- Goal of the exercise -
Each line from the opening of the listing below through the line that contains "v -15.75 0.5 0" is to be output exactly as written.

- Source data -

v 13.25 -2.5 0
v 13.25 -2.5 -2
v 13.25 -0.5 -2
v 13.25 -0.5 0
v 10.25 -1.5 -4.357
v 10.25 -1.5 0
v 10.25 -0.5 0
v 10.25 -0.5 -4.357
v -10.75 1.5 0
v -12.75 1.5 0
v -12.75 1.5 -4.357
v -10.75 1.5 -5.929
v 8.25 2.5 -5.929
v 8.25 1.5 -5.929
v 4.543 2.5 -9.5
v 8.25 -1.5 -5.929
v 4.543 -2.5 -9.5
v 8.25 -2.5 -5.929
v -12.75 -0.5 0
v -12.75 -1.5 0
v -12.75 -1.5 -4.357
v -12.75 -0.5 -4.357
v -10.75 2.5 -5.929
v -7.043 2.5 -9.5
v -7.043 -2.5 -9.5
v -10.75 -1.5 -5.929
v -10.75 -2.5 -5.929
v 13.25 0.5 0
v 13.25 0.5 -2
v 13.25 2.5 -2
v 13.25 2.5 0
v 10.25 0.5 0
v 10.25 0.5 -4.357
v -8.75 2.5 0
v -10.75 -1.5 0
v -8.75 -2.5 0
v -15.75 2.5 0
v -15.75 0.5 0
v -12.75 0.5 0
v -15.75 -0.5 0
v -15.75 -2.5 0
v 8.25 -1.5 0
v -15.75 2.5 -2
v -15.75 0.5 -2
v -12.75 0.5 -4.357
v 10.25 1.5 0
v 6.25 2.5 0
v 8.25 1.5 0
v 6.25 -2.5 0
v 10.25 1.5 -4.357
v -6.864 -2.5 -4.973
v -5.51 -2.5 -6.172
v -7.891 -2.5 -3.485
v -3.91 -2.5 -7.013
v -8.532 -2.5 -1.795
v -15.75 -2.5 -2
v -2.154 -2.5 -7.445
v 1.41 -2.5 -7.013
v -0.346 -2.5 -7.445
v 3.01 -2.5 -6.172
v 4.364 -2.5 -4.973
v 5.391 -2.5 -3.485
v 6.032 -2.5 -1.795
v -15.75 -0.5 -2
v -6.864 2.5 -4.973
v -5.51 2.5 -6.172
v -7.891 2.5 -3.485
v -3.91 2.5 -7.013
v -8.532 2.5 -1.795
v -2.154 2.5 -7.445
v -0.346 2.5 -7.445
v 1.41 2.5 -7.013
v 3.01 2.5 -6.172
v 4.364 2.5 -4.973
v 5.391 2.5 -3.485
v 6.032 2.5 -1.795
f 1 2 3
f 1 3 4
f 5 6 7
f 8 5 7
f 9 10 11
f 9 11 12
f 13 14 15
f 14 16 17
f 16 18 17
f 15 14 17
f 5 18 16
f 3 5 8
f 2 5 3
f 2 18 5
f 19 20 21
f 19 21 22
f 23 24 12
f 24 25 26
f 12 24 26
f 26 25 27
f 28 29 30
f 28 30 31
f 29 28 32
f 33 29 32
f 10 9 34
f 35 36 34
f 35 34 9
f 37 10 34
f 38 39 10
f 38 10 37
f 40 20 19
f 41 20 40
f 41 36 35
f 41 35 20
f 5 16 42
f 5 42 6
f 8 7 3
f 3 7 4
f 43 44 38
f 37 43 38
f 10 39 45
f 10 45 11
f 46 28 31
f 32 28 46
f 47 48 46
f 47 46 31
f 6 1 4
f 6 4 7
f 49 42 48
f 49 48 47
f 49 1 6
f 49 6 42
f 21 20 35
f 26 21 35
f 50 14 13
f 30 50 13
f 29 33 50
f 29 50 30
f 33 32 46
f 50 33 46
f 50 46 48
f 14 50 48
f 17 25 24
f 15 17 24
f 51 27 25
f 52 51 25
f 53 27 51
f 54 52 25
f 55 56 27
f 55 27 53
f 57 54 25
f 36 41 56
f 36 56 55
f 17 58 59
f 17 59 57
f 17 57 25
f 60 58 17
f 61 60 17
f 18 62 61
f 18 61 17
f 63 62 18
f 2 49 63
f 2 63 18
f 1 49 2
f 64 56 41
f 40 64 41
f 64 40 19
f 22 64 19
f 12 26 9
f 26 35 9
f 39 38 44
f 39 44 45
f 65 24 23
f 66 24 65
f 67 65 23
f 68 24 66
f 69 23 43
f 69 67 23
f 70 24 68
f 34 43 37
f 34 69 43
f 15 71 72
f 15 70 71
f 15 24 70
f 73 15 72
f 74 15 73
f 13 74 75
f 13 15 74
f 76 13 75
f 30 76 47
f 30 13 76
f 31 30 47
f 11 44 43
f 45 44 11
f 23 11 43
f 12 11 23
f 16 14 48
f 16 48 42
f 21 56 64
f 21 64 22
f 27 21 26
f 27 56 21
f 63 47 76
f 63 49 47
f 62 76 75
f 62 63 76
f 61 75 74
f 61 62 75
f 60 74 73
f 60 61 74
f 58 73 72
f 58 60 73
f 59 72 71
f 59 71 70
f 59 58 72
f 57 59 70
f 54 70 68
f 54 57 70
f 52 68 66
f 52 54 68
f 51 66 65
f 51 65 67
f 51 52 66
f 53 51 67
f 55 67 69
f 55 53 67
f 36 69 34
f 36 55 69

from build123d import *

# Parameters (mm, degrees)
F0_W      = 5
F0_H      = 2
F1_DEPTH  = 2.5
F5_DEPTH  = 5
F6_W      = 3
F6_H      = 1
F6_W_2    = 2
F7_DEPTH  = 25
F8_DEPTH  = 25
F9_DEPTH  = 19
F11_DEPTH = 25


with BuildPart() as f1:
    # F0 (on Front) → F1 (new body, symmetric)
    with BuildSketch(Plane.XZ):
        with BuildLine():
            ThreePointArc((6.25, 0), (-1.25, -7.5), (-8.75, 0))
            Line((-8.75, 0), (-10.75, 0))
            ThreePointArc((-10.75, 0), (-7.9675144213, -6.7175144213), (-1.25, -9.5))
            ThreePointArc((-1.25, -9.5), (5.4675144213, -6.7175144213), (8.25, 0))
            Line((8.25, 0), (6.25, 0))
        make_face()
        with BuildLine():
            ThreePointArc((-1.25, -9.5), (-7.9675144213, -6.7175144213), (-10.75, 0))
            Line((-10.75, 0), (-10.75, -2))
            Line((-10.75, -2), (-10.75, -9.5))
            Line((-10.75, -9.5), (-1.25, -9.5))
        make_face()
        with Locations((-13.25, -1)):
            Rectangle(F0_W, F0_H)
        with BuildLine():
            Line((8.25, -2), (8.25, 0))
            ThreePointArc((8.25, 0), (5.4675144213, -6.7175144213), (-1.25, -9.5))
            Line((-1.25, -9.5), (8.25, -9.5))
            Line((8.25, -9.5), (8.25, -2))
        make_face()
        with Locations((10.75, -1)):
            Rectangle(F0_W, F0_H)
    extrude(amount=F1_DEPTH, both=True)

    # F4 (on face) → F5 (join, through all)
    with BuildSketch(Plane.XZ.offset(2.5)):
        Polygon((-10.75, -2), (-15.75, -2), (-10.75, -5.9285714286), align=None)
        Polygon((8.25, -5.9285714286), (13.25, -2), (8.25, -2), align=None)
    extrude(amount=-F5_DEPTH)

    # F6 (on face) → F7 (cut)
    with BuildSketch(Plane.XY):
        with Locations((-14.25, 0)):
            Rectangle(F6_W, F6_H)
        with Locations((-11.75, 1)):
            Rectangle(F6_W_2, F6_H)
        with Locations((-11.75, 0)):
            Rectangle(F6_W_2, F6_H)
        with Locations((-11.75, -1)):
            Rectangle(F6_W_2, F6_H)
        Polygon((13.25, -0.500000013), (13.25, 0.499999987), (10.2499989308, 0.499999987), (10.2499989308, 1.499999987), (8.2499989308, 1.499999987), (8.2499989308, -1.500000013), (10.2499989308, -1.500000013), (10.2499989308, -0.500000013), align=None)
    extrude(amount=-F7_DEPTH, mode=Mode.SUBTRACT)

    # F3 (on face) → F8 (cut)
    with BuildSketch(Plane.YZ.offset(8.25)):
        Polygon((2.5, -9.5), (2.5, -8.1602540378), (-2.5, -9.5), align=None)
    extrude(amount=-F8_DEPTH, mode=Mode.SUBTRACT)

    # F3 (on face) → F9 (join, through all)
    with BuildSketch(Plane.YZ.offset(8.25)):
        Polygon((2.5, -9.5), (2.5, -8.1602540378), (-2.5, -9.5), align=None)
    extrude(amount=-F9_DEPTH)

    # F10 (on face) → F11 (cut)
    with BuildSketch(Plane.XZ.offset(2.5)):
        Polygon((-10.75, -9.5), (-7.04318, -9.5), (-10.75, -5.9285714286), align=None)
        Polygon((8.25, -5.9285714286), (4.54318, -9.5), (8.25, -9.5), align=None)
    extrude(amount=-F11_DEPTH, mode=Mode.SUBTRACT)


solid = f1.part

- Written reply -
v 13.25 -2.5 0
v 13.25 -2.5 -2
v 13.25 -0.5 -2
v 13.25 -0.5 0
v 10.25 -1.5 -4.357
v 10.25 -1.5 0
v 10.25 -0.5 0
v 10.25 -0.5 -4.357
v -10.75 1.5 0
v -12.75 1.5 0
v -12.75 1.5 -4.357
v -10.75 1.5 -5.929
v 8.25 2.5 -5.929
v 8.25 1.5 -5.929
v 4.543 2.5 -9.5
v 8.25 -1.5 -5.929
v 4.543 -2.5 -9.5
v 8.25 -2.5 -5.929
v -12.75 -0.5 0
v -12.75 -1.5 0
v -12.75 -1.5 -4.357
v -12.75 -0.5 -4.357
v -10.75 2.5 -5.929
v -7.043 2.5 -9.5
v -7.043 -2.5 -9.5
v -10.75 -1.5 -5.929
v -10.75 -2.5 -5.929
v 13.25 0.5 0
v 13.25 0.5 -2
v 13.25 2.5 -2
v 13.25 2.5 0
v 10.25 0.5 0
v 10.25 0.5 -4.357
v -8.75 2.5 0
v -10.75 -1.5 0
v -8.75 -2.5 0
v -15.75 2.5 0
v -15.75 0.5 0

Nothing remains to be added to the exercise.